The arrival of the new financial year saw two highly anticipated pieces of HR legislation finally come into force over the weekend – pension freedoms for the over 55s, and shared parental leave for new parents.
Couples who have babies (or adopt) babies after 5 April can now share up to 50 weeks of leave, and 37 weeks of pay in the first year of their child’s life.
Mothers still have to take a minimum of two weeks’ maternity leave following the birth of their child before returning to work, but while the new rules are expected to help more than 285,000 workers juggle their childcare arrangements, it has already been overshadowed by the Liberal Democrat’s election pledge to grant new fathers a guaranteed six weeks’ paternity pay.
This tripling of the standard two weeks’ paternity leave (at £139.58 per week or 90 per cent of the employee’s earnings if this is less), is thought to address concerns that shared parental leave is unlikely to dramatically change men-female parenting roles, as men still typically earn more than women. Countries that already offer shared parental leave have only experienced around a 5 per cent take-up.
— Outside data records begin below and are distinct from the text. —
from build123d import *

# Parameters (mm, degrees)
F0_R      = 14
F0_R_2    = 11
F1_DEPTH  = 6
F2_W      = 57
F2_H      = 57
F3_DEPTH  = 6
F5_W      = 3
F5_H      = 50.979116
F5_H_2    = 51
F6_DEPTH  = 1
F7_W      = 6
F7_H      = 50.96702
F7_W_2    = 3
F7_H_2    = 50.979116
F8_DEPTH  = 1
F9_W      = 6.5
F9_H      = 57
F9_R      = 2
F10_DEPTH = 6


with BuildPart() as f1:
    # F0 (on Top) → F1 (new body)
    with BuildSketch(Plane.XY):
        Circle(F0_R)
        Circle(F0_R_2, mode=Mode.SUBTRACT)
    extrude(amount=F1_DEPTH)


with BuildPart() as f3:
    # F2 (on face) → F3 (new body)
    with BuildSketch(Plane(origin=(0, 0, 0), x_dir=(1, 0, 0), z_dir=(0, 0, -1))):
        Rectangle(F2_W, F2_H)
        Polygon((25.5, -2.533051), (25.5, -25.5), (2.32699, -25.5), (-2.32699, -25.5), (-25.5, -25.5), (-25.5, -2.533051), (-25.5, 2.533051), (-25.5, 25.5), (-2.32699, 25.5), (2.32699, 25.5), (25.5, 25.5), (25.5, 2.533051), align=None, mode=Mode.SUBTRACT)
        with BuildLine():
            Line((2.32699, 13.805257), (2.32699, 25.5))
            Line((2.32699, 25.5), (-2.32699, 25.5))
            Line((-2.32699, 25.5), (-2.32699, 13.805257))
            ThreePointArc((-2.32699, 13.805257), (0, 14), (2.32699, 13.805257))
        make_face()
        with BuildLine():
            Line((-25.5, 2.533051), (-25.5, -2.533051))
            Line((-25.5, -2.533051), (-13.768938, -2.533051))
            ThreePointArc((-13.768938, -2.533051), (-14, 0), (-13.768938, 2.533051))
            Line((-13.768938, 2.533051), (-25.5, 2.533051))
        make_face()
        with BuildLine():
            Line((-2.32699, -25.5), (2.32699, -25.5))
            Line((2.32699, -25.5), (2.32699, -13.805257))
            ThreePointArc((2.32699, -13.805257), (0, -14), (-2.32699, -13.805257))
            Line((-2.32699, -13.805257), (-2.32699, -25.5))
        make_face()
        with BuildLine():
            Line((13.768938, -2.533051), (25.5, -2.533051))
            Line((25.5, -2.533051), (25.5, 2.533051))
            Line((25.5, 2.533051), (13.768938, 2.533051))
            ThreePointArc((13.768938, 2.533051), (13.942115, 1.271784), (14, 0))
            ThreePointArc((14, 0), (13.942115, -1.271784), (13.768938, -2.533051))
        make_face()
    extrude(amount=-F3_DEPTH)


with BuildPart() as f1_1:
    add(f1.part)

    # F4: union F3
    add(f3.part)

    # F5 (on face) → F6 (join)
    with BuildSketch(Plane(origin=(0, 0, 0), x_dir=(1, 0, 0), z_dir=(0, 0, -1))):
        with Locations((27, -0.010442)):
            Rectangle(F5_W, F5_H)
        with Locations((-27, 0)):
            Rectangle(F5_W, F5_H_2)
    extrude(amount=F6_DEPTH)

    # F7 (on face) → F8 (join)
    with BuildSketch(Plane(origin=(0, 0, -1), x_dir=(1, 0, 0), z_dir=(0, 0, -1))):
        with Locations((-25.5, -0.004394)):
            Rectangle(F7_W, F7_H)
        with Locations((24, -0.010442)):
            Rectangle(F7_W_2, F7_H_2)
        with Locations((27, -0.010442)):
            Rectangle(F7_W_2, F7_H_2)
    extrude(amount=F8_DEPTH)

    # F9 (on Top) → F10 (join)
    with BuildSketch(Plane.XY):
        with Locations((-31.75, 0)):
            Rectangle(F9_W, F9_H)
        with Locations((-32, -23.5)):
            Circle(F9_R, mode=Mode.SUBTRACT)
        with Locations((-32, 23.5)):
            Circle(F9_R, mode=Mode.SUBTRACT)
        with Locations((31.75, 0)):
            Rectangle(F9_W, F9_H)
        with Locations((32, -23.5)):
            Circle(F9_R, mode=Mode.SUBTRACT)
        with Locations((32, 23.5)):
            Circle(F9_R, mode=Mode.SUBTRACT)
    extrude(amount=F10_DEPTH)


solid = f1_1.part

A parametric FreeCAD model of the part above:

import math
import FreeCAD as App
import Part
import Sketcher
Q = App.Units.Quantity


def add_polygon(sketch, points):
    """Adds a closed chain of lines whose ends are joined by coincident constraints."""
    first, n = sketch.GeometryCount, len(points)
    for a, b in zip(points, points[1:] + points[:1]):
        sketch.addGeometry(Part.LineSegment(App.Vector(*a, 0), App.Vector(*b, 0)), False)
    for i in range(n):
        sketch.addConstraint(Sketcher.Constraint("Coincident", first + i, 2, first + (i + 1) % n, 1))

doc = App.newDocument("Part")
body = doc.addObject("PartDesign::Body", "Body")

sketch1 = body.newObject("Sketcher::SketchObject", "Sketch")
sketch1.AttachmentSupport = (doc.getObject("XY_Plane"), [""])
sketch1.MapMode = "FlatFace"
sketch1.addGeometry([
    Part.Circle(App.Vector(0, 0, 0), App.Vector(0, 0, 1), 14),
    Part.Circle(App.Vector(0, 0, 0), App.Vector(0, 0, 1), 11),
], False)
sketch1.addConstraint([
    Sketcher.Constraint("Coincident", 0, 3, -1, 1),
    Sketcher.Constraint("Coincident", 1, 3, -1, 1),
    Sketcher.Constraint("Diameter", 0, Q("28 mm")),
    Sketcher.Constraint("Diameter", 1, Q("22 mm")),
])
pad1 = body.newObject("PartDesign::Pad", "Pad")
pad1.Profile = sketch1
pad1.Length = 6
body2 = doc.addObject("PartDesign::Body", "Body001")

sketch2 = body2.newObject("Sketcher::SketchObject", "Sketch001")
sketch2.AttachmentSupport = (doc.getObject("XY_Plane001"), [""])
sketch2.MapMode = "FlatFace"
add_polygon(sketch2, [(-28.5, -28.5), (-28.5, 28.5), (28.5, 28.5), (28.5, -28.5)])
sketch2.addGeometry(Part.LineSegment(App.Vector(25.5, -25.5, 0), App.Vector(25.5, -2.533051, 0)), False)
sketch2.addGeometry(Part.LineSegment(App.Vector(25.5, -2.533051, 0), App.Vector(13.768938, -2.533051, 0)), False)
sketch2.addGeometry(Part.ArcOfCircle(Part.Circle(App.Vector(0.00004, -0.000004, 0), App.Vector(0, 0, 1), 13.99996), math.radians(-10.424078), math.radians(0.000016)), False)
sketch2.addGeometry(Part.ArcOfCircle(Part.Circle(App.Vector(0.00004, 0.000004, 0), App.Vector(0, 0, 1), 13.99996), math.radians(-0.000016), math.radians(10.424078)), False)
sketch2.addGeometry(Part.LineSegment(App.Vector(13.768938, 2.533051, 0), App.Vector(25.5, 2.533051, 0)), False)
sketch2.addGeometry(Part.LineSegment(App.Vector(25.5, 2.533051, 0), App.Vector(25.5, 25.5, 0)), False)
sketch2.addGeometry(Part.LineSegment(App.Vector(25.5, 25.5, 0), App.Vector(2.32699, 25.5, 0)), False)
sketch2.addGeometry(Part.LineSegment(App.Vector(2.32699, 25.5, 0), App.Vector(2.32699, 13.805257, 0)), False)
sketch2.addGeometry(Part.ArcOfCircle(Part.Circle(App.Vector(0, -0.000008, 0), App.Vector(0, 0, 1), 14.000008), math.radians(80.432265), math.radians(99.567735)), False)
sketch2.addGeometry(Part.LineSegment(App.Vector(-2.32699, 13.805257, 0), App.Vector(-2.32699, 25.5, 0)), False)
sketch2.addGeometry(Part.LineSegment(App.Vector(-2.32699, 25.5, 0), App.Vector(-25.5, 25.5, 0)), False)
sketch2.addGeometry(Part.LineSegment(App.Vector(-25.5, 25.5, 0), App.Vector(-25.5, 2.533051, 0)), False)
sketch2.addGeometry(Part.LineSegment(App.Vector(-25.5, 2.533051, 0), App.Vector(-13.768938, 2.533051, 0)), False)
sketch2.addGeometry(Part.ArcOfCircle(Part.Circle(App.Vector(0.000002, 0, 0), App.Vector(0, 0, 1), 14.000002), math.radians(169.575938), math.radians(190.424062)), False)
Meanwhile, at the other end of the age scale, new rules mean over 55s can now access their pension pots in full rather than being forced to buy an annuity.
Government statistics reveal around 540,000 people will now be able to unlock a possible £140 billion’ of pension savings – with the average pension pot comprising £25,000. A further 300,000 employees will be able to cash-in their pots every year from now onwards should they chose to.
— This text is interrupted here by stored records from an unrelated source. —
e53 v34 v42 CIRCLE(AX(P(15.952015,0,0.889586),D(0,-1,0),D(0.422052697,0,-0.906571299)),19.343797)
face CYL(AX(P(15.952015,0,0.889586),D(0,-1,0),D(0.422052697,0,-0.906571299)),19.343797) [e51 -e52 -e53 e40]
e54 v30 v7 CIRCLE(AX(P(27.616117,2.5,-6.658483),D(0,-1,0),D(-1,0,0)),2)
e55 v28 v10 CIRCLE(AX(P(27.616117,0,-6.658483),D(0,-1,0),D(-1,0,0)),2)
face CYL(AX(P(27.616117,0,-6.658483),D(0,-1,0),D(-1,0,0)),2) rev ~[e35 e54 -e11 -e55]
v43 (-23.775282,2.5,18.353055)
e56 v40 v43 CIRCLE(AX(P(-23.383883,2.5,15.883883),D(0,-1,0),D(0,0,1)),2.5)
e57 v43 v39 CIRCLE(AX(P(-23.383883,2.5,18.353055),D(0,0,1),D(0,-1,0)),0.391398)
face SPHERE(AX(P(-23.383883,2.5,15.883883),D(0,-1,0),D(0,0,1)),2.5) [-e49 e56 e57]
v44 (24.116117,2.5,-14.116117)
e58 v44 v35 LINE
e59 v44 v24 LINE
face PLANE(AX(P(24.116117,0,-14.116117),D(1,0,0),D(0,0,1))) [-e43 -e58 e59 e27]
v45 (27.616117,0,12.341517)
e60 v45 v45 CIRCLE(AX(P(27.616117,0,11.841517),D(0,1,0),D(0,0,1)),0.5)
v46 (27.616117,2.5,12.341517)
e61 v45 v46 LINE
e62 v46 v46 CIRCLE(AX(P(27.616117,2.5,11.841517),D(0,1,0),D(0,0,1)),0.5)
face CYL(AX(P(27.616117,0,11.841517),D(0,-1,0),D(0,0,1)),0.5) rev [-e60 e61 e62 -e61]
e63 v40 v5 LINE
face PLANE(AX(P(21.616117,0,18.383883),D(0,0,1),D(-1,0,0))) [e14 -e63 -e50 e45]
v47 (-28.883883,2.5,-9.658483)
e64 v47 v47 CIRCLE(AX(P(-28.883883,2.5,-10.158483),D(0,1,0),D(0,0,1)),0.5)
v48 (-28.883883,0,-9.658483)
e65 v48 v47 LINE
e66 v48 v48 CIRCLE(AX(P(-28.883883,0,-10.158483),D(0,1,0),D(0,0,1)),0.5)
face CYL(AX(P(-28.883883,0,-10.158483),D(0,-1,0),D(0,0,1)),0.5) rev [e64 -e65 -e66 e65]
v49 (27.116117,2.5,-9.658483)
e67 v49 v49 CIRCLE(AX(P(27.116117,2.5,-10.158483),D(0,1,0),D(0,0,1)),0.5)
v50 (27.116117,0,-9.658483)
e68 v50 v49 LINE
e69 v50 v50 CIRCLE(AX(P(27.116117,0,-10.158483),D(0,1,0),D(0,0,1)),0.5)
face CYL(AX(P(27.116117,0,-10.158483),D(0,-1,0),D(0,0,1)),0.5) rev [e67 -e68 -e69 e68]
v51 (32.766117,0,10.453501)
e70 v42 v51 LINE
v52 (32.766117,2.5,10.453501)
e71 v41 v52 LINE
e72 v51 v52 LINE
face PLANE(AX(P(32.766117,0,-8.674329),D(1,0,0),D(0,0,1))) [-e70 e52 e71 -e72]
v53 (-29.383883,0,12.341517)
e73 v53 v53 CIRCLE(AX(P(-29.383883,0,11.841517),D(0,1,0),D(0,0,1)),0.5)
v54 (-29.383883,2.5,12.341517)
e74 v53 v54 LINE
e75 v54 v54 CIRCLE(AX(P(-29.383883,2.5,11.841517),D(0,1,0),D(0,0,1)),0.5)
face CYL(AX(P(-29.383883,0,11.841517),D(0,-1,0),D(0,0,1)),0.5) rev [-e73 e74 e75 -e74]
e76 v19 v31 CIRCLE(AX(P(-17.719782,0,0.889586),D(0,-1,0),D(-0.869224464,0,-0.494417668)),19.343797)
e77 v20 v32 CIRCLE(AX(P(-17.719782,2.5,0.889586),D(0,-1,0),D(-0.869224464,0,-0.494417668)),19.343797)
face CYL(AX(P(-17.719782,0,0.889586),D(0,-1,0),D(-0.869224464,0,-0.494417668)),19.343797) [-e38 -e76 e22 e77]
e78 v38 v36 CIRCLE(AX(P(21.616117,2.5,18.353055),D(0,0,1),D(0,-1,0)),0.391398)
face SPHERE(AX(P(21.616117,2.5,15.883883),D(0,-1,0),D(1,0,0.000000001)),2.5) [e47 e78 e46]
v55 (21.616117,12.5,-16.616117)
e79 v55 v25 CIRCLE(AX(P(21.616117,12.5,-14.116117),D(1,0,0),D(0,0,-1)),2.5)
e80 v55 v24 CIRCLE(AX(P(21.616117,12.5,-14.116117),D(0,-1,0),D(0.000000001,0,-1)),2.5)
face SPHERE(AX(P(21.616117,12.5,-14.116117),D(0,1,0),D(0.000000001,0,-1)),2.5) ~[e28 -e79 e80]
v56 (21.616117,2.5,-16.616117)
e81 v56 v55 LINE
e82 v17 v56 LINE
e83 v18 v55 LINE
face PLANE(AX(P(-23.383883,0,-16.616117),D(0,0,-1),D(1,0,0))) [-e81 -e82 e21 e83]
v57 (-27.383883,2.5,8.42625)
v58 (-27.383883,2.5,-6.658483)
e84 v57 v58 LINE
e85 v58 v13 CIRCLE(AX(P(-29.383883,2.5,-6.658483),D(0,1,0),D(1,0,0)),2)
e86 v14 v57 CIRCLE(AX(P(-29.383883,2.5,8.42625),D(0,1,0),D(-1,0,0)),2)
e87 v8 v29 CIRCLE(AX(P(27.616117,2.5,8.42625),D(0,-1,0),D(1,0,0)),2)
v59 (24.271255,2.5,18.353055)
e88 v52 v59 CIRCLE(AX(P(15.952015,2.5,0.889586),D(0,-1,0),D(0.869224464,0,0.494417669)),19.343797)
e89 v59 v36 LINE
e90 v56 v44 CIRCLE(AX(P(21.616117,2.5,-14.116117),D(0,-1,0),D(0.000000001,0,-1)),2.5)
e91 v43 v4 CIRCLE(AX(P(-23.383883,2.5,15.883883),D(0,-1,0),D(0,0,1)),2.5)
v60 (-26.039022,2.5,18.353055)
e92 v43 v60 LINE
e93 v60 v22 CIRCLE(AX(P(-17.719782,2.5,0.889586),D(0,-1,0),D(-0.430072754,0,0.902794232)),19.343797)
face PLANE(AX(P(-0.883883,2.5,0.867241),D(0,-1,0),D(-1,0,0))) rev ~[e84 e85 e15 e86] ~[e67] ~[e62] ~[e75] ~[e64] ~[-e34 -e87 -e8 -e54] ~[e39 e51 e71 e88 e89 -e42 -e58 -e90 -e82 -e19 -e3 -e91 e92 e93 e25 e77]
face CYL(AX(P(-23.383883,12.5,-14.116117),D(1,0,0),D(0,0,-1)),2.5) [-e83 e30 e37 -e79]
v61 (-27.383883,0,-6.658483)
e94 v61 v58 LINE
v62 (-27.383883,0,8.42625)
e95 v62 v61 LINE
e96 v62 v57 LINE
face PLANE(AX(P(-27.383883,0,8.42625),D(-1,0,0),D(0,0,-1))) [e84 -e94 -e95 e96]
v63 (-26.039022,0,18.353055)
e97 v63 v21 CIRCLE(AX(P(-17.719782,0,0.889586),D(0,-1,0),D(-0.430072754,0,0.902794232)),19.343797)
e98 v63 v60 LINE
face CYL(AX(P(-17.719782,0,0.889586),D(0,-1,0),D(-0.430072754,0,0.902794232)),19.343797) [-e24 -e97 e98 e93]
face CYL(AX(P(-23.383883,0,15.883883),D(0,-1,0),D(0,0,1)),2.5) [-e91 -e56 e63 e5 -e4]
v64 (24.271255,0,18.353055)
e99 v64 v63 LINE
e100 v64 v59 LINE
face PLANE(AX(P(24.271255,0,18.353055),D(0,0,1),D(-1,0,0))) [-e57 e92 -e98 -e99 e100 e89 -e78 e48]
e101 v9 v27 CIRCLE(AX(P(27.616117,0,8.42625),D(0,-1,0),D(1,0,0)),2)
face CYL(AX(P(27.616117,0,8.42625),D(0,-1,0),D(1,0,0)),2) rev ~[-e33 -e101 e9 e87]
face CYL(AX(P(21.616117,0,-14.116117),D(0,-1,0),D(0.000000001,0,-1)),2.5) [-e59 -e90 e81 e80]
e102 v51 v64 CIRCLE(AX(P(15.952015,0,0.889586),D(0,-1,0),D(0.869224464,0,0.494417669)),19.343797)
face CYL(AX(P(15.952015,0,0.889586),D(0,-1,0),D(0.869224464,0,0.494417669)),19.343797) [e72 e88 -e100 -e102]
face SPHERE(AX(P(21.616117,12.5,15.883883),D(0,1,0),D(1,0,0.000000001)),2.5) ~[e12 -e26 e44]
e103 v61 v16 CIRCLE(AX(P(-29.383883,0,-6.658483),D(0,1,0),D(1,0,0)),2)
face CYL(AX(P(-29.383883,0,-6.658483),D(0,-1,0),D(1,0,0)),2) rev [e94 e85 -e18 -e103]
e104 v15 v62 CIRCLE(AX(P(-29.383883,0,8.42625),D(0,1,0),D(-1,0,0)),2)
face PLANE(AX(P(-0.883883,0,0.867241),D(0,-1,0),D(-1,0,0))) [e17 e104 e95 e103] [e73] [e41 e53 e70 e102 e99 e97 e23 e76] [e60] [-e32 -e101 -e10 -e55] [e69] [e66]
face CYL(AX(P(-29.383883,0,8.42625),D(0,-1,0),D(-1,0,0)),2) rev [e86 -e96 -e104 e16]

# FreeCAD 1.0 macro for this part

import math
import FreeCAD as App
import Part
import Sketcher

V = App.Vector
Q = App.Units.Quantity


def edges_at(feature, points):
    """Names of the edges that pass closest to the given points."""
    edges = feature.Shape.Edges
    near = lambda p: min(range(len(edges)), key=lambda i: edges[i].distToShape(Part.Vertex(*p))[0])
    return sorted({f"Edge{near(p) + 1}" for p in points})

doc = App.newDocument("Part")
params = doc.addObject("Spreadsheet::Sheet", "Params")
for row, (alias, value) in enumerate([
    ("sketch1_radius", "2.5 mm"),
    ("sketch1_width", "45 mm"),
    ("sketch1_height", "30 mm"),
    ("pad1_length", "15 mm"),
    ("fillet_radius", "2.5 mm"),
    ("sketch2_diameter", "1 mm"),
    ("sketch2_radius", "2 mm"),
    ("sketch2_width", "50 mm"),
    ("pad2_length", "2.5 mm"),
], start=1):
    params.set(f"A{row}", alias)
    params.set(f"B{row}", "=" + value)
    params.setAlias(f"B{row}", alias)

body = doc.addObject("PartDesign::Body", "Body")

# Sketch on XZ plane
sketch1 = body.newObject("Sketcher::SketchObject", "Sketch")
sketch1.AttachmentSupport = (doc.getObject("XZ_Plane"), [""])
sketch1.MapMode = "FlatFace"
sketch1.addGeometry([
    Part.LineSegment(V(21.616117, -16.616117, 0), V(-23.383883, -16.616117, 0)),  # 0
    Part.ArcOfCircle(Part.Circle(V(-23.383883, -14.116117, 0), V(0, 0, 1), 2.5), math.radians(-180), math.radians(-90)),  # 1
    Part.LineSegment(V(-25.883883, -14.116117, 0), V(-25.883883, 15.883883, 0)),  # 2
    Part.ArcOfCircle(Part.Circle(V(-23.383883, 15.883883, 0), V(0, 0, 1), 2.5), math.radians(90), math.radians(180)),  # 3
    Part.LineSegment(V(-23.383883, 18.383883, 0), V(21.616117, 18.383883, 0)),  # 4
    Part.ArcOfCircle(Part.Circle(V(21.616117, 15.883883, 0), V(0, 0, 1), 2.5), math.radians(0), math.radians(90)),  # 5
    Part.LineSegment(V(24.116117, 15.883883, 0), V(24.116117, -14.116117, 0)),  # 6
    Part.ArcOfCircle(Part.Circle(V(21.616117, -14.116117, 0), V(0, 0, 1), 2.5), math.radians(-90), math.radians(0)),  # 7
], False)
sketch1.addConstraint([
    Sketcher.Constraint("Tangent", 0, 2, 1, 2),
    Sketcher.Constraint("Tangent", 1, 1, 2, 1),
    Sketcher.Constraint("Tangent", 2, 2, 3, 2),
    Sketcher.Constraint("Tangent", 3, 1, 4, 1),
But the options available to savers are now considerably more complex – everything from maintaining the option to buy an annuity, to taking the whole pot in one go, keeping the money invested, to drawing an income from it in smaller tax-free chunks.
Concerns have being raised that without employer-led financial education programmes, older workers could squander their savings by taking rash decisions (or be at risk from being targeted by scammers). According to a recent study by Aegon, one third of over 55s are still unaware of the tax implications of taking all of their money all at once.
Pensions minister Steve Webb is urging savers not to see the new freedoms as a sudden dash for cash that needs to be taken quickly. He said: “Our pension reforms will mean millions more people will have a better retirement. But we want people to make informed choices. This isn’t a mad scramble.